Those planks and beams will still rot, burn, etc. None of this is in any way a long term solution for anything it seems.
Planks and beams rot substantially slower than they take to grow if built correctly. My house was cheap labor housing in the 1910's so no particularly fancy practice and only the exposed wood has been partly replaced. I've been told some of the beams were even recycled from Holland's old wooden shipping fleet.
That's still a temporary and limited solution. What we're pulling up now is far more and mostly won't be sequestered for countless thousands of years unless we put insane effort into making it so. Also everything about those houses has an insane footprint as of now. The steel, insulation, glass, etc It's not like you're going to outbuild climate change even if you tried.
As they rot, people would replace them, so overall captured carbon will be maintained as long as our civilization alive.
My only concern is that building those houses might actually emit more carbon than they are supposed to keep. But assuming that we moved from Oil era to Nuclear and/or Renewables, that should not happen.

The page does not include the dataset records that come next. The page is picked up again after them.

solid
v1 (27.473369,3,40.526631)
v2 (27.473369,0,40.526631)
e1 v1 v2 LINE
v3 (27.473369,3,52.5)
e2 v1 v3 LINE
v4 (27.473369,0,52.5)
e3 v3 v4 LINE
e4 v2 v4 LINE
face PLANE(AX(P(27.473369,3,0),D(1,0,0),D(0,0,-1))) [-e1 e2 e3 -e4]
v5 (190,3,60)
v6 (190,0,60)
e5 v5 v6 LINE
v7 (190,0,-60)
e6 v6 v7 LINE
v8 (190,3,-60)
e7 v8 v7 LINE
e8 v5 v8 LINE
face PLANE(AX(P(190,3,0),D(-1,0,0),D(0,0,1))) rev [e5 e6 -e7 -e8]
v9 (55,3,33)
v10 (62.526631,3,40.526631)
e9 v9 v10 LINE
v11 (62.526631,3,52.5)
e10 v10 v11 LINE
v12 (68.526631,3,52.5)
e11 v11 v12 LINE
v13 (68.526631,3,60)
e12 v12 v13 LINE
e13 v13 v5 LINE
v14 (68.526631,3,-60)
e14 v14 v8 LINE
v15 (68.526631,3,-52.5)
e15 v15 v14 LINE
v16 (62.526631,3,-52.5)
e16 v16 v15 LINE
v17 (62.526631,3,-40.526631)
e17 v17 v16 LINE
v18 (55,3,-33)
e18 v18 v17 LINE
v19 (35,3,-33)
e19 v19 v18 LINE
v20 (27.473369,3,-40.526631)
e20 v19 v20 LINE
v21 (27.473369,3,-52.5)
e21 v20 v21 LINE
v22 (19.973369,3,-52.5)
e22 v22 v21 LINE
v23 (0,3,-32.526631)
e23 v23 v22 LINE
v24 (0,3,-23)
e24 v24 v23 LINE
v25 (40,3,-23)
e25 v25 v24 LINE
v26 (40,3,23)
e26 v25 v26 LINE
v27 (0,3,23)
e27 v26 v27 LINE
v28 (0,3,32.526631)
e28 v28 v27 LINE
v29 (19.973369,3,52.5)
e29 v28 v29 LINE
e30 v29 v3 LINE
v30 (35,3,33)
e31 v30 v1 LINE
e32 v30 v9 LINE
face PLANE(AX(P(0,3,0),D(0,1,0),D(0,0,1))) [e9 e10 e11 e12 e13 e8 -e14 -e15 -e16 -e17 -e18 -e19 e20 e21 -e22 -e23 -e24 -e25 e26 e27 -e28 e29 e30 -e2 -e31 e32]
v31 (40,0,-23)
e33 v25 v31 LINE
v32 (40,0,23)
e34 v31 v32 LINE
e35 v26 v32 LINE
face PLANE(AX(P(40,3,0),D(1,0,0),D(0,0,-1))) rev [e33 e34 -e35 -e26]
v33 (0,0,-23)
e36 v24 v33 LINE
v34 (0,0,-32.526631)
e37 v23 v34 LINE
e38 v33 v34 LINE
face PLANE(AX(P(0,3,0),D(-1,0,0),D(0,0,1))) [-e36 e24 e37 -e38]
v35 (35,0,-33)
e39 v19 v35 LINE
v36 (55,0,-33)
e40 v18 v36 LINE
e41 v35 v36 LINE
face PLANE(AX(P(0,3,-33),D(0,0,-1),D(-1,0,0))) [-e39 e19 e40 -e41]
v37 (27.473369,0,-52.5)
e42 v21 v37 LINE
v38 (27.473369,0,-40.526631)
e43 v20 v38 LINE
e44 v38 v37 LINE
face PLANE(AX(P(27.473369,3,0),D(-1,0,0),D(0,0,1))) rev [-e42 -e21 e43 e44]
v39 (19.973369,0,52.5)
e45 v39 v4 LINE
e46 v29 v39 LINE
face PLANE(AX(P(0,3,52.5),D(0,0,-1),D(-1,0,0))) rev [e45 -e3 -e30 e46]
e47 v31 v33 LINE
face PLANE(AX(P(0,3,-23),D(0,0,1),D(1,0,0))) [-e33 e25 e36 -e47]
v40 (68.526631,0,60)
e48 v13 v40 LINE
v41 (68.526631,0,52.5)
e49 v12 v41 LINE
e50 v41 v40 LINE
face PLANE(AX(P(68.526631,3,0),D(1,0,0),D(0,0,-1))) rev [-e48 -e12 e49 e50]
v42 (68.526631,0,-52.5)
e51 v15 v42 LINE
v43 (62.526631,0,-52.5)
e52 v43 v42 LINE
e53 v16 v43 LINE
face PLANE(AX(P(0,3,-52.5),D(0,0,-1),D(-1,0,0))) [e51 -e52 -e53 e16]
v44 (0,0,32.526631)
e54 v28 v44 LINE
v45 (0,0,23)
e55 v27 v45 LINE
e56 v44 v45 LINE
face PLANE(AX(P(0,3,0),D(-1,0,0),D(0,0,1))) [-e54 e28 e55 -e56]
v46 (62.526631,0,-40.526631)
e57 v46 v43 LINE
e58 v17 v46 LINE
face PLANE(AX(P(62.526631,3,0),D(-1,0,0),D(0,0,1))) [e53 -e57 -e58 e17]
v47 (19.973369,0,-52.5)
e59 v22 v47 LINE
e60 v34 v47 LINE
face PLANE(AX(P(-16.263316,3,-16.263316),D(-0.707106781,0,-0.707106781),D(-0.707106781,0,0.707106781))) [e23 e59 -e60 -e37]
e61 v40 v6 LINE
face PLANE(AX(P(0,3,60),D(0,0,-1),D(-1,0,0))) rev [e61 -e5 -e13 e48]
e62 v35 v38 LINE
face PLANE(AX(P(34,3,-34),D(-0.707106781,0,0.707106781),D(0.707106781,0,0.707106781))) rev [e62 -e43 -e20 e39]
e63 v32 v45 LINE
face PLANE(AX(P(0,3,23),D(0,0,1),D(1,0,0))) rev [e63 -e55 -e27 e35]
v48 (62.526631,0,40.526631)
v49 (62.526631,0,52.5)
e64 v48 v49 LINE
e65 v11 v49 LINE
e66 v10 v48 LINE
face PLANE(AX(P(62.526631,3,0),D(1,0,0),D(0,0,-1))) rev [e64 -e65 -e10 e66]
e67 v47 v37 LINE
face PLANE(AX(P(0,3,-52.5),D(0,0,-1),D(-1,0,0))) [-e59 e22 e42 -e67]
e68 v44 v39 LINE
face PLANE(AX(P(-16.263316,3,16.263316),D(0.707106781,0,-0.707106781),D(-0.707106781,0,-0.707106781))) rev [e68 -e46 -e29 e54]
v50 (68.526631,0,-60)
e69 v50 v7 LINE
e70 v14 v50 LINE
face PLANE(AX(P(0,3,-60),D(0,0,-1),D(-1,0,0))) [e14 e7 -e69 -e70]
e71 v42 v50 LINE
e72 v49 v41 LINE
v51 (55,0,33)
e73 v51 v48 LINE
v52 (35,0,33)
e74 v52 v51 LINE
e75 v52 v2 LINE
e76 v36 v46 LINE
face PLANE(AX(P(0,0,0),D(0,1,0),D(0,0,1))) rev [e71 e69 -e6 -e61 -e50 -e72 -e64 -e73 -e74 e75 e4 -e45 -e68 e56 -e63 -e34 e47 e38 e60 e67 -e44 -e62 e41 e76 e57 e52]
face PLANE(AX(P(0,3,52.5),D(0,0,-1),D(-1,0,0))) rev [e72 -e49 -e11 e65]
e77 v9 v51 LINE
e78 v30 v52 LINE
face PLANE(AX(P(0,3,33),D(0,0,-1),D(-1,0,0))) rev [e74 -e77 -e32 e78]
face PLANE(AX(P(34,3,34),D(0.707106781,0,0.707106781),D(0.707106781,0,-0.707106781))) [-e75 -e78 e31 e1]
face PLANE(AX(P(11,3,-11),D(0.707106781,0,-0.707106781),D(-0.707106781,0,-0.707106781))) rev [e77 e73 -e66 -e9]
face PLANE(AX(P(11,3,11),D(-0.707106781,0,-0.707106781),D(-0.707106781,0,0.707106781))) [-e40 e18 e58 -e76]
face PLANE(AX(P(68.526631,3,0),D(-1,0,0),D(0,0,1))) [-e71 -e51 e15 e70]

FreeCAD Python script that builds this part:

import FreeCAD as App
import Part
import Sketcher
Q = App.Units.Quantity


def add_polygon(sketch, points):
    """Adds a closed chain of lines whose ends are joined by coincident constraints."""
    first, n = sketch.GeometryCount, len(points)
    for a, b in zip(points, points[1:] + points[:1]):
        sketch.addGeometry(Part.LineSegment(App.Vector(*a, 0), App.Vector(*b, 0)), False)
    for i in range(n):
        sketch.addConstraint(Sketcher.Constraint("Coincident", first + i, 2, first + (i + 1) % n, 1))

doc = App.newDocument("Part")
body = doc.addObject("PartDesign::Body", "Body")

# Sketch on XZ plane
sketch1 = doc.addObject("Sketcher::SketchObject", "Sketch")
body.addObject(sketch1)
sketch1.AttachmentSupport = (doc.XZ_Plane, [""])
sketch1.MapMode = "FlatFace"
add_polygon(sketch1, [(69, 52), (69, 60), (190, 60), (190, -60), (69, -60), (69, -52), (63, -52), (63, -41), (55, -33), (35, -33), (27, -41), (27, -52), (20, -52), (0, -33), (0, -23), (40, -23), (40, 23), (0, 23), (0, 33), (20, 52), (27, 52), (27, 41), (35, 33), (55, 33), (63, 41), (63, 52)])  # lines 0-25
sketch1.addConstraint([
    Sketcher.Constraint("Vertical", 0),
    Sketcher.Constraint("Horizontal", 1),
    Sketcher.Constraint("Vertical", 2),
    Sketcher.Constraint("Horizontal", 3),
    Sketcher.Constraint("Vertical", 4),
    Sketcher.Constraint("Horizontal", 5),
    Sketcher.Constraint("Vertical", 6),
    Sketcher.Constraint("Horizontal", 8),
    Sketcher.Constraint("Vertical", 10),
    Sketcher.Constraint("Horizontal", 11),
    Sketcher.Constraint("Vertical", 13),
    Sketcher.Constraint("Horizontal", 14),
    Sketcher.Constraint("Vertical", 15),
    Sketcher.Constraint("Horizontal", 16),
    Sketcher.Constraint("Vertical", 17),
    Sketcher.Constraint("Horizontal", 19),
    Sketcher.Constraint("Vertical", 20),
    Sketcher.Constraint("Horizontal", 22),
    Sketcher.Constraint("Vertical", 24),
    Sketcher.Constraint("Horizontal", 25),
    Sketcher.Constraint("Symmetric", 13, 2, 16, 2, -1, 1),
    Sketcher.Constraint("Symmetric", 0, 2, 3, 2, -1),
    Sketcher.Constraint("Symmetric", 12, 2, 17, 2, -1),
    Sketcher.Constraint("Symmetric", 11, 2, 18, 2, -1),
    Sketcher.Constraint("Symmetric", 9, 2, 20, 2, -1),
    Sketcher.Constraint("Symmetric", 8, 2, 21, 2, -1),
    Sketcher.Constraint("Symmetric", 6, 2, 23, 2, -1),
    Sketcher.Constraint("Perpendicular", 7, 9),
    Sketcher.Constraint("Perpendicular", 9, 12),
    Sketcher.Constraint("Perpendicular", 12, 18),
    Sketcher.Constraint("Perpendicular", 21, 23),
    Sketcher.Constraint("Horizontal", 6, 2, 9, 2),
    Sketcher.Constraint("Horizontal", 5, 2, 10, 2),
    Sketcher.Constraint("Horizontal", 19, 2, 24, 2),
    Sketcher.Constraint("Equal", 19, 0),
    Sketcher.Constraint("DistanceX", 5, 2, 5, 1, Q("6 mm")),
    Sketcher.Constraint("DistanceX", 8, 2, 8, 1, Q("20 mm")),
    Sketcher.Constraint("DistanceX", 14, 1, 14, 2, Q("40 mm")),
    Sketcher.Constraint("DistanceY", 2, 2, 2, 1, Q("120 mm")),
    Sketcher.Constraint("DistanceY", 15, 1, 15, 2, Q("46 mm")),
    Sketcher.Constraint("DistanceX", 11, 2, 11, 1, Q("7.5 mm")),
    Sketcher.Constraint("DistanceX", -1, 1, 1, 2, Q("190 mm")),
    Sketcher.Constraint("DistanceX", -1, 1, 7, 2, Q("55 mm")),
    Sketcher.Constraint("DistanceY", 7, 2, -1, 1, Q("33 mm")),
    Sketcher.Constraint("DistanceX", 1, 1, 1, 2, Q("121.473369 mm")),
])
pad1 = doc.addObject("PartDesign::Pad", "Pad")
body.addObject(pad1)
pad1.Profile = sketch1
pad1.Length = 3
pad1.Reversed = True

doc.recompute()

It doesn't matter if it rots, burns etc -- all that matters is that it rots slower than the time it took to grow the wood it was made of
Eg:
You have a forest of trees that take 20 years to mature
You cut the trees and regrow the forest every 20 years
You use the timber to build houses (or furniture or whatever) that are _on average_ replaced after 60 years.
This will pull 3x the carbon from the atmosphere than just the forest by itself
If the structure is properly maintained and roofed it will be hundreds of years before rot is an issue. You can also design wood structures that don't easily burn, atleast not any more than large buildings are already prone to being destroyed by fire.
And are you going to continuously build houses for the sake of it? Most houses don't last hundreds of years either and the carbon being pulled up now mostly isn't going to be sequestered for countless thousands of years unless we put in insane amounts of effort making it so.